=== WHAT YOU WILL DO ===
In the listing below, find the line holding "Line((5.08, 0), (5.08, 12.7))" and the line holding "39.2766660919), (2.8406999496, 38.5015108686))". Write out those two lines and all lines between, exactly, and nothing more.
(Beginning of DATA IN THIS EXERCISE)
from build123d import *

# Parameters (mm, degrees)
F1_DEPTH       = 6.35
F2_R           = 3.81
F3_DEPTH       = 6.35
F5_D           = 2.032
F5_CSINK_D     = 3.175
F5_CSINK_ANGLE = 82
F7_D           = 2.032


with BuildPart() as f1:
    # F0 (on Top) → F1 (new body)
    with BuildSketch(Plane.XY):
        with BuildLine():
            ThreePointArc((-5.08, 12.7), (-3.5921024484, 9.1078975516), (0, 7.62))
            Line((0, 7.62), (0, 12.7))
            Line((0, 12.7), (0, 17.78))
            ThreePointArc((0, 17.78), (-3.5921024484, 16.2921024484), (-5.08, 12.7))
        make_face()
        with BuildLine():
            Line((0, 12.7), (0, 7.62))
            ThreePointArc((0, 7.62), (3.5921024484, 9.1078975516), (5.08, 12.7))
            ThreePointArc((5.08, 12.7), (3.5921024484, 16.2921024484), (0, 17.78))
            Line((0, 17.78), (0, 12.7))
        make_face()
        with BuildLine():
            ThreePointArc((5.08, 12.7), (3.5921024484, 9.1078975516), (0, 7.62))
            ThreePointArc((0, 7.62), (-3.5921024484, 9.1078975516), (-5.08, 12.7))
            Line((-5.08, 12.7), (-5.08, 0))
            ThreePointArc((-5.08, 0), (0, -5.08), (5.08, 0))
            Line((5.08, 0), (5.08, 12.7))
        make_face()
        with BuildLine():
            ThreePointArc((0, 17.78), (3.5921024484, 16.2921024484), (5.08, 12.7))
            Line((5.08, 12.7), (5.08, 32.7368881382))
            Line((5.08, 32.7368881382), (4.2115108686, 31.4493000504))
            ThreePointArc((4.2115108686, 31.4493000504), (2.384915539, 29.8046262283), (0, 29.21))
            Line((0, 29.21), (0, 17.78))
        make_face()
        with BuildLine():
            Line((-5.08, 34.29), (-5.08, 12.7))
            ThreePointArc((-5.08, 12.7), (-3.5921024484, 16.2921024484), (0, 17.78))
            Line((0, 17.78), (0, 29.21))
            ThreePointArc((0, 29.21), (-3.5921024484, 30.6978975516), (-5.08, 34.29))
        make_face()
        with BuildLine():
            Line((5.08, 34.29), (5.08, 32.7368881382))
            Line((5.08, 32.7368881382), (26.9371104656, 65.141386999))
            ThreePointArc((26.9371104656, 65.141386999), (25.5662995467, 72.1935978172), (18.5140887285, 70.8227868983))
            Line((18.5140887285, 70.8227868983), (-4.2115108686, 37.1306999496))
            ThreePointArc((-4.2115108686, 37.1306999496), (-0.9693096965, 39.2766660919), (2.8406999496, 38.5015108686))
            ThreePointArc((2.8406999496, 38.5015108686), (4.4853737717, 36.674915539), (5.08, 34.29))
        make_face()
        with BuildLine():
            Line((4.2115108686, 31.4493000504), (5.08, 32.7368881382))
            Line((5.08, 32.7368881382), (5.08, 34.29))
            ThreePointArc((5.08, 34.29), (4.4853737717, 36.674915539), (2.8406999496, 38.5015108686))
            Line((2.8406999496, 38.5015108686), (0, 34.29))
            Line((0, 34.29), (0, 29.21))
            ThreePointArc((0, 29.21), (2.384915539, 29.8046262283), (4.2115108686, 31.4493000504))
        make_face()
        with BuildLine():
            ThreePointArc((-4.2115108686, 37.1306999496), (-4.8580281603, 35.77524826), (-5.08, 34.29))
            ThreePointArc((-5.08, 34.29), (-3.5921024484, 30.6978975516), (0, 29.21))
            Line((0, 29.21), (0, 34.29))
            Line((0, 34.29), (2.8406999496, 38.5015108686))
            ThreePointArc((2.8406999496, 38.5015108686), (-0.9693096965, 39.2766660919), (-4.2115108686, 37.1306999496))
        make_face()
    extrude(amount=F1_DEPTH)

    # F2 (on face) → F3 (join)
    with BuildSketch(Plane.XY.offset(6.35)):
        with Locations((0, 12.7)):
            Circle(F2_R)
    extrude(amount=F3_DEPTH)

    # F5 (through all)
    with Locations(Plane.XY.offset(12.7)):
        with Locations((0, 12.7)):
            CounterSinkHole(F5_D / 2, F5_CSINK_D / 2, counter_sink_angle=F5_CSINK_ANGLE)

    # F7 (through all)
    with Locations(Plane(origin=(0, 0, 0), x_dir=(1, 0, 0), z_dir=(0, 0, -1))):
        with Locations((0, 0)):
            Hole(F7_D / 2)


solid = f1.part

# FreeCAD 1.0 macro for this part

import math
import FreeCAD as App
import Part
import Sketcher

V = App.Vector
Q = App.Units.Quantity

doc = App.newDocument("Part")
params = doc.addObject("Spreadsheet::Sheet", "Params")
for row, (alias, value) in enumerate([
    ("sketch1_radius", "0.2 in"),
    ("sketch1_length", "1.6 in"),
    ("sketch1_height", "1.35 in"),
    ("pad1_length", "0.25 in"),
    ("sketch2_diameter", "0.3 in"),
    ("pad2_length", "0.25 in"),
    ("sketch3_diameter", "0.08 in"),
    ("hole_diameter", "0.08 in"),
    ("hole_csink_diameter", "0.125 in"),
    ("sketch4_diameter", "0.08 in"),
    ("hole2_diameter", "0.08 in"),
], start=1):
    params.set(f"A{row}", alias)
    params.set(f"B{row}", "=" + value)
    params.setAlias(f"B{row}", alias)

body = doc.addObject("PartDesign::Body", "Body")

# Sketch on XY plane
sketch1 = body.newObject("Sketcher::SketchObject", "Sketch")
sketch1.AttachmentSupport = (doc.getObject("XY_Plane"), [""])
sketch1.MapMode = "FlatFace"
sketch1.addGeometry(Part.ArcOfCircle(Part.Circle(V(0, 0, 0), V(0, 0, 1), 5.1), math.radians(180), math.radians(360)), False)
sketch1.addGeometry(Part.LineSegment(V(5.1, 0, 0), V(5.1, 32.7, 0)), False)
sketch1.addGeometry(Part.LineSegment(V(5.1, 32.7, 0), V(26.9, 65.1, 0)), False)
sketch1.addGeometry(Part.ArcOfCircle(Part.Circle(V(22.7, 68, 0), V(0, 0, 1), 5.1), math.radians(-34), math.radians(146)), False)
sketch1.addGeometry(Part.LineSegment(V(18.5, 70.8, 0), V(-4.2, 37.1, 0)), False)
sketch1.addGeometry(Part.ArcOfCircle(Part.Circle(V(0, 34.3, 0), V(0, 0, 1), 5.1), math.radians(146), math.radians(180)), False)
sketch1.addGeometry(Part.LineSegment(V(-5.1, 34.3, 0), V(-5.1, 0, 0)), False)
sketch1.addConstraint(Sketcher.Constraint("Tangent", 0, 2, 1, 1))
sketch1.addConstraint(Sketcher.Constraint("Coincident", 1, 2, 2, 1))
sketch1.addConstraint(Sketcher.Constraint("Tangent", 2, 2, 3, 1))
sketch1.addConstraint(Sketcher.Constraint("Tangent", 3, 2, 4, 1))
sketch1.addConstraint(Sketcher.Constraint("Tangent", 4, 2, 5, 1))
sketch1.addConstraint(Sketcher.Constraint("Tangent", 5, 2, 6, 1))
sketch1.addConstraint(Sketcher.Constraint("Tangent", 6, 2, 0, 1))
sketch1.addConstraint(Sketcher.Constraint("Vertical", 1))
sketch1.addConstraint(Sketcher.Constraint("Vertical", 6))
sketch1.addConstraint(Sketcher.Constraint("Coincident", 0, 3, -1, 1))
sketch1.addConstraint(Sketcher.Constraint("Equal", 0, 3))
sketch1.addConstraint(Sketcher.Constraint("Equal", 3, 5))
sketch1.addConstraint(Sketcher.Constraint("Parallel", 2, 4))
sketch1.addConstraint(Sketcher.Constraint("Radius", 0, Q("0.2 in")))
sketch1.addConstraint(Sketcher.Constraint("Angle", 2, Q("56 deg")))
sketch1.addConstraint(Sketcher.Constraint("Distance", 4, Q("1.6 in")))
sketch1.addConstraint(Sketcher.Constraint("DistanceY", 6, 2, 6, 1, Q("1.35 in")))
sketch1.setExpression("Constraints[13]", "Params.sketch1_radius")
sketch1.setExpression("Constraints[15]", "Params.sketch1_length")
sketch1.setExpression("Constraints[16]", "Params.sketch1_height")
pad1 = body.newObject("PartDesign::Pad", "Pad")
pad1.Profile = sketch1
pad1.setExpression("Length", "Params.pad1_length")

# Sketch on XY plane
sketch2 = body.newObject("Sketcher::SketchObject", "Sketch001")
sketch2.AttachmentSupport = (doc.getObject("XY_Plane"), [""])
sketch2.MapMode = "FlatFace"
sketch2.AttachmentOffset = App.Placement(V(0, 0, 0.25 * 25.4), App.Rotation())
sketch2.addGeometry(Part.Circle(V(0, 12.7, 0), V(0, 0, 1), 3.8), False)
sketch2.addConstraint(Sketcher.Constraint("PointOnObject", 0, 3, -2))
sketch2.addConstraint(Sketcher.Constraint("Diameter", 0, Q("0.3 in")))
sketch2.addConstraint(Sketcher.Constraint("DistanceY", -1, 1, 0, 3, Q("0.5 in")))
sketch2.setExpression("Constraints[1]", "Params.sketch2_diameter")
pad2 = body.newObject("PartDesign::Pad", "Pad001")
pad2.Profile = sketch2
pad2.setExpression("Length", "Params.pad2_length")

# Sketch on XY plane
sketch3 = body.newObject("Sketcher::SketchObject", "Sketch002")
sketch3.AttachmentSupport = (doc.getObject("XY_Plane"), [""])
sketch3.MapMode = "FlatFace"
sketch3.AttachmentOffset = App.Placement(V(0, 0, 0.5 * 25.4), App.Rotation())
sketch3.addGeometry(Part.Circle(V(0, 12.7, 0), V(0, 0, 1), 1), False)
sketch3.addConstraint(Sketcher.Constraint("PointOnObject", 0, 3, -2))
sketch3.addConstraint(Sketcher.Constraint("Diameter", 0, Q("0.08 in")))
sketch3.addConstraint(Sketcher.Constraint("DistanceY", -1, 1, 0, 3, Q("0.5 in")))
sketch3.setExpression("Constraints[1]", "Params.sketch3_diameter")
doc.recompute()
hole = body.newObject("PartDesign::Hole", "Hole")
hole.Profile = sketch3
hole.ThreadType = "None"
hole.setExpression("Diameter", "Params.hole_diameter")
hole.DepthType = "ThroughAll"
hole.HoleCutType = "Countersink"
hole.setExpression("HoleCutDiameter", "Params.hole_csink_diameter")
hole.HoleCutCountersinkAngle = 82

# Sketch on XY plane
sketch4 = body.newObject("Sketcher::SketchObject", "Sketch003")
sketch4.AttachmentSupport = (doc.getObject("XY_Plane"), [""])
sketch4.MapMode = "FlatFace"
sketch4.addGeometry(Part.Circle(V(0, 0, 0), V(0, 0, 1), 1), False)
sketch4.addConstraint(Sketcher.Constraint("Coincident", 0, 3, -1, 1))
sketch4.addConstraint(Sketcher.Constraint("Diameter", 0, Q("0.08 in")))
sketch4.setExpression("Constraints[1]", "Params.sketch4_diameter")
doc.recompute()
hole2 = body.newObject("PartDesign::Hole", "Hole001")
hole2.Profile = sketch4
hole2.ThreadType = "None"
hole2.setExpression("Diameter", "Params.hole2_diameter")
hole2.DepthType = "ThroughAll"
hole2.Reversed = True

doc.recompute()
(End of DATA IN THIS EXERCISE)
(Beginning of DATA IN THIS EXERCISE)
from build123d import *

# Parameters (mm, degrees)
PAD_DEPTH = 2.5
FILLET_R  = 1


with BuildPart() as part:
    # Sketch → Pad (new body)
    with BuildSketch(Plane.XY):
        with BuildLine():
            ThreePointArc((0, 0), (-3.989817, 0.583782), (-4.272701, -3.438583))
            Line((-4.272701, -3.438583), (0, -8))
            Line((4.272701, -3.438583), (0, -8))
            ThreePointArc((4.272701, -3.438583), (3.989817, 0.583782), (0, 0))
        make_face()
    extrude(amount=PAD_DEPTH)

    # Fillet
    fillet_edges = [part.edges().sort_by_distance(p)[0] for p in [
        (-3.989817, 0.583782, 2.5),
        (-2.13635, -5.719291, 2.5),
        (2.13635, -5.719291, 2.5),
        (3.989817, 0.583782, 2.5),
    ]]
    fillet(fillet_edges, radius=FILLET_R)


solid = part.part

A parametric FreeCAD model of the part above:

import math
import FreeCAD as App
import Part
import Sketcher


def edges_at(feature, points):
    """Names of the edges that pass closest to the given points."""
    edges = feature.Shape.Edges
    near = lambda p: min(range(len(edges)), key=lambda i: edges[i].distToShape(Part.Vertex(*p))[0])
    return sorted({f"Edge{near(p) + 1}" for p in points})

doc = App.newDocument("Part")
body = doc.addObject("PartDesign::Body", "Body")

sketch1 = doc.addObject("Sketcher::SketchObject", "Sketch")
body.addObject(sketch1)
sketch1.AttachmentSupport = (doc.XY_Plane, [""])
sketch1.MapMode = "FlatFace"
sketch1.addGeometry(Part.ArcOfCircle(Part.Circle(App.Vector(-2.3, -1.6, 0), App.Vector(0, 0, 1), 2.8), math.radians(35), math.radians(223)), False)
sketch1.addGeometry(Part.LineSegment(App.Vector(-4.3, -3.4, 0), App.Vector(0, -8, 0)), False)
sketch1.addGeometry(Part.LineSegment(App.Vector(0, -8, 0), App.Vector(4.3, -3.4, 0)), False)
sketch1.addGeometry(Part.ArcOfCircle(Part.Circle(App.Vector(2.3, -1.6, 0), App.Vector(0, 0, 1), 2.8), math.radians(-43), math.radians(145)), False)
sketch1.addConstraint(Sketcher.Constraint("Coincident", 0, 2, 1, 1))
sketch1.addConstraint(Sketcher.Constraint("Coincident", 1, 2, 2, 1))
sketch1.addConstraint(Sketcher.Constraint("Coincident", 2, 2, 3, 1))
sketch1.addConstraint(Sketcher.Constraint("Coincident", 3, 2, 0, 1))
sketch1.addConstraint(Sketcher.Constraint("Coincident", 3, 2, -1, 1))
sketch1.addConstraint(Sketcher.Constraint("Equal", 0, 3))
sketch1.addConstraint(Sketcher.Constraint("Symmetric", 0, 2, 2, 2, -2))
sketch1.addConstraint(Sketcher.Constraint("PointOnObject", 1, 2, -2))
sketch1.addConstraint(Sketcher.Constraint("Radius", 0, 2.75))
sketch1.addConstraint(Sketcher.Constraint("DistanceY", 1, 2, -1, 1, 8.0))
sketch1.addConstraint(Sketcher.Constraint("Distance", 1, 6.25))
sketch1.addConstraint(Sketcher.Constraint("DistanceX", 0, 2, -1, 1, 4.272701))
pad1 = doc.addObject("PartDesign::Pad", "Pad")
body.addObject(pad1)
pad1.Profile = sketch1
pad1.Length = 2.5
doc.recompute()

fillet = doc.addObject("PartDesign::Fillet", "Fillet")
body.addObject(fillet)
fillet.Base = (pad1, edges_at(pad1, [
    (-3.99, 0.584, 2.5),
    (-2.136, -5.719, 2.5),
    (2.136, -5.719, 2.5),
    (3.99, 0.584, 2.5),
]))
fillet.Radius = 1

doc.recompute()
(End of DATA IN THIS EXERCISE)
(Beginning of DATA IN THIS EXERCISE)
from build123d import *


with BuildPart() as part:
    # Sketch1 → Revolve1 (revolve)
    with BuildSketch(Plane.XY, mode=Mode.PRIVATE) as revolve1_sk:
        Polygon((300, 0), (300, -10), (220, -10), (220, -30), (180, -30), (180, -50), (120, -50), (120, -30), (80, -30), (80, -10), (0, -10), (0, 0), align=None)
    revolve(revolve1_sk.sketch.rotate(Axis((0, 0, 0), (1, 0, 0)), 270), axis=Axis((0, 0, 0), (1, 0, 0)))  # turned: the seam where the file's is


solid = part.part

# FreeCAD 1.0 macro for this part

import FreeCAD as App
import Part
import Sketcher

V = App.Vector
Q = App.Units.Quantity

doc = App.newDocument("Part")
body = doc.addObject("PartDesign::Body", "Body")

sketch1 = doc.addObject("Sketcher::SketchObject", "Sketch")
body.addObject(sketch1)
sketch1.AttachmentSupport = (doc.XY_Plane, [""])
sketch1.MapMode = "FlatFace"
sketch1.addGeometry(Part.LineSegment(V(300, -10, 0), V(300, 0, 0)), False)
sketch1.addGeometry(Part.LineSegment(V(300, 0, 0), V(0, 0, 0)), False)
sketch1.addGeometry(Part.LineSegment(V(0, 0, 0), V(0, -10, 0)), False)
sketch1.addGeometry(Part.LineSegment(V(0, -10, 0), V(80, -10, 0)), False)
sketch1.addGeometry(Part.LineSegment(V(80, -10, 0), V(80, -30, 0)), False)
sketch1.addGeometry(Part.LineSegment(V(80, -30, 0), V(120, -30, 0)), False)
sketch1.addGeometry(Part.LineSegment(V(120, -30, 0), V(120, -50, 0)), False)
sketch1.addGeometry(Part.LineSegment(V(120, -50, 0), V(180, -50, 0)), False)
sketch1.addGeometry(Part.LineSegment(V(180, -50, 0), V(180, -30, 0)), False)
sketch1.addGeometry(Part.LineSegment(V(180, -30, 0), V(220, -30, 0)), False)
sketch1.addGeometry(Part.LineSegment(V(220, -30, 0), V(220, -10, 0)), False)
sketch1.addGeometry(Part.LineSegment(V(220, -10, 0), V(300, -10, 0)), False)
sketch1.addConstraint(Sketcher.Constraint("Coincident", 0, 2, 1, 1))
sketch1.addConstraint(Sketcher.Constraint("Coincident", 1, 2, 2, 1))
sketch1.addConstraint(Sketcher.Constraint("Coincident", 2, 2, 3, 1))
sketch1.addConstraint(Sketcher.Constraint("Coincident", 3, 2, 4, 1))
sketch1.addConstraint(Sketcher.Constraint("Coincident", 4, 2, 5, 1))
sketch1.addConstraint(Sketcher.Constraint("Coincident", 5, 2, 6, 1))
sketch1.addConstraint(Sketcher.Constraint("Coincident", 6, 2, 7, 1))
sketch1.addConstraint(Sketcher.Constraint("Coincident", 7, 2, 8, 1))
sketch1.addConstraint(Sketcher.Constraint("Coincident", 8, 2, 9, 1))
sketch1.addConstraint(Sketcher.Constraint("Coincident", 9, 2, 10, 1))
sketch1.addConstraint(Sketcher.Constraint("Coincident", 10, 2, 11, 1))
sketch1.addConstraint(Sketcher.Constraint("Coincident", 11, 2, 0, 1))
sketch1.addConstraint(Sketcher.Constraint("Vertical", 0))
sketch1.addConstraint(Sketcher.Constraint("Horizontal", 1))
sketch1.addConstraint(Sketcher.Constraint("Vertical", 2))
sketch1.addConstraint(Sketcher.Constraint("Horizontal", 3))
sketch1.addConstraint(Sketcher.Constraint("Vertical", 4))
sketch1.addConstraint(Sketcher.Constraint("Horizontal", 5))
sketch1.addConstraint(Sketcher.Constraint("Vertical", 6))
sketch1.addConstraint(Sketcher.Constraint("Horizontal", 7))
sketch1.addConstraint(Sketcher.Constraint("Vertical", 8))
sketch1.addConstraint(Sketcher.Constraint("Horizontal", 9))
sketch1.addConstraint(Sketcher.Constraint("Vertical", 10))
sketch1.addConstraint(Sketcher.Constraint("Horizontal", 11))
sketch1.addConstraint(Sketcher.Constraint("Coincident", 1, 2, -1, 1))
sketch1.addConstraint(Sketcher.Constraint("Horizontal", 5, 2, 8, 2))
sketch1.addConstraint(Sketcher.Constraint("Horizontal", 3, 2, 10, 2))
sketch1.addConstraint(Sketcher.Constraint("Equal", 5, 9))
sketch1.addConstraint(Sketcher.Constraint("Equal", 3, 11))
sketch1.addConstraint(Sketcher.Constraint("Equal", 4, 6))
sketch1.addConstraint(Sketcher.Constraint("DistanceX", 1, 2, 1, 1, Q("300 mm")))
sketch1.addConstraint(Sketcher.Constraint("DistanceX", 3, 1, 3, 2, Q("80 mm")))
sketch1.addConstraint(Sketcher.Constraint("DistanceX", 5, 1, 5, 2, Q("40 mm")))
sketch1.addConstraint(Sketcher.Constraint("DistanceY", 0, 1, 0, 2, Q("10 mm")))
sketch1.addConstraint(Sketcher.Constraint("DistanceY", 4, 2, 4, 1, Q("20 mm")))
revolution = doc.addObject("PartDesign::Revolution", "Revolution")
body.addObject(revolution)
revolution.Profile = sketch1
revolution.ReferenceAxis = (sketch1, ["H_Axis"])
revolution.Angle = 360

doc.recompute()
(End of DATA IN THIS EXERCISE)
=== ANSWER BOX ===
            Line((5.08, 0), (5.08, 12.7))
        make_face()
        with BuildLine():
            ThreePointArc((0, 17.78), (3.5921024484, 16.2921024484), (5.08, 12.7))
            Line((5.08, 12.7), (5.08, 32.7368881382))
            Line((5.08, 32.7368881382), (4.2115108686, 31.4493000504))
            ThreePointArc((4.2115108686, 31.4493000504), (2.384915539, 29.8046262283), (0, 29.21))
            Line((0, 29.21), (0, 17.78))
        make_face()
        with BuildLine():
            Line((-5.08, 34.29), (-5.08, 12.7))
            ThreePointArc((-5.08, 12.7), (-3.5921024484, 16.2921024484), (0, 17.78))
            Line((0, 17.78), (0, 29.21))
            ThreePointArc((0, 29.21), (-3.5921024484, 30.6978975516), (-5.08, 34.29))
        make_face()
        with BuildLine():
            Line((5.08, 34.29), (5.08, 32.7368881382))
            Line((5.08, 32.7368881382), (26.9371104656, 65.141386999))
            ThreePointArc((26.9371104656, 65.141386999), (25.5662995467, 72.1935978172), (18.5140887285, 70.8227868983))
            Line((18.5140887285, 70.8227868983), (-4.2115108686, 37.1306999496))
            ThreePointArc((-4.2115108686, 37.1306999496), (-0.9693096965, 39.2766660919), (2.8406999496, 38.5015108686))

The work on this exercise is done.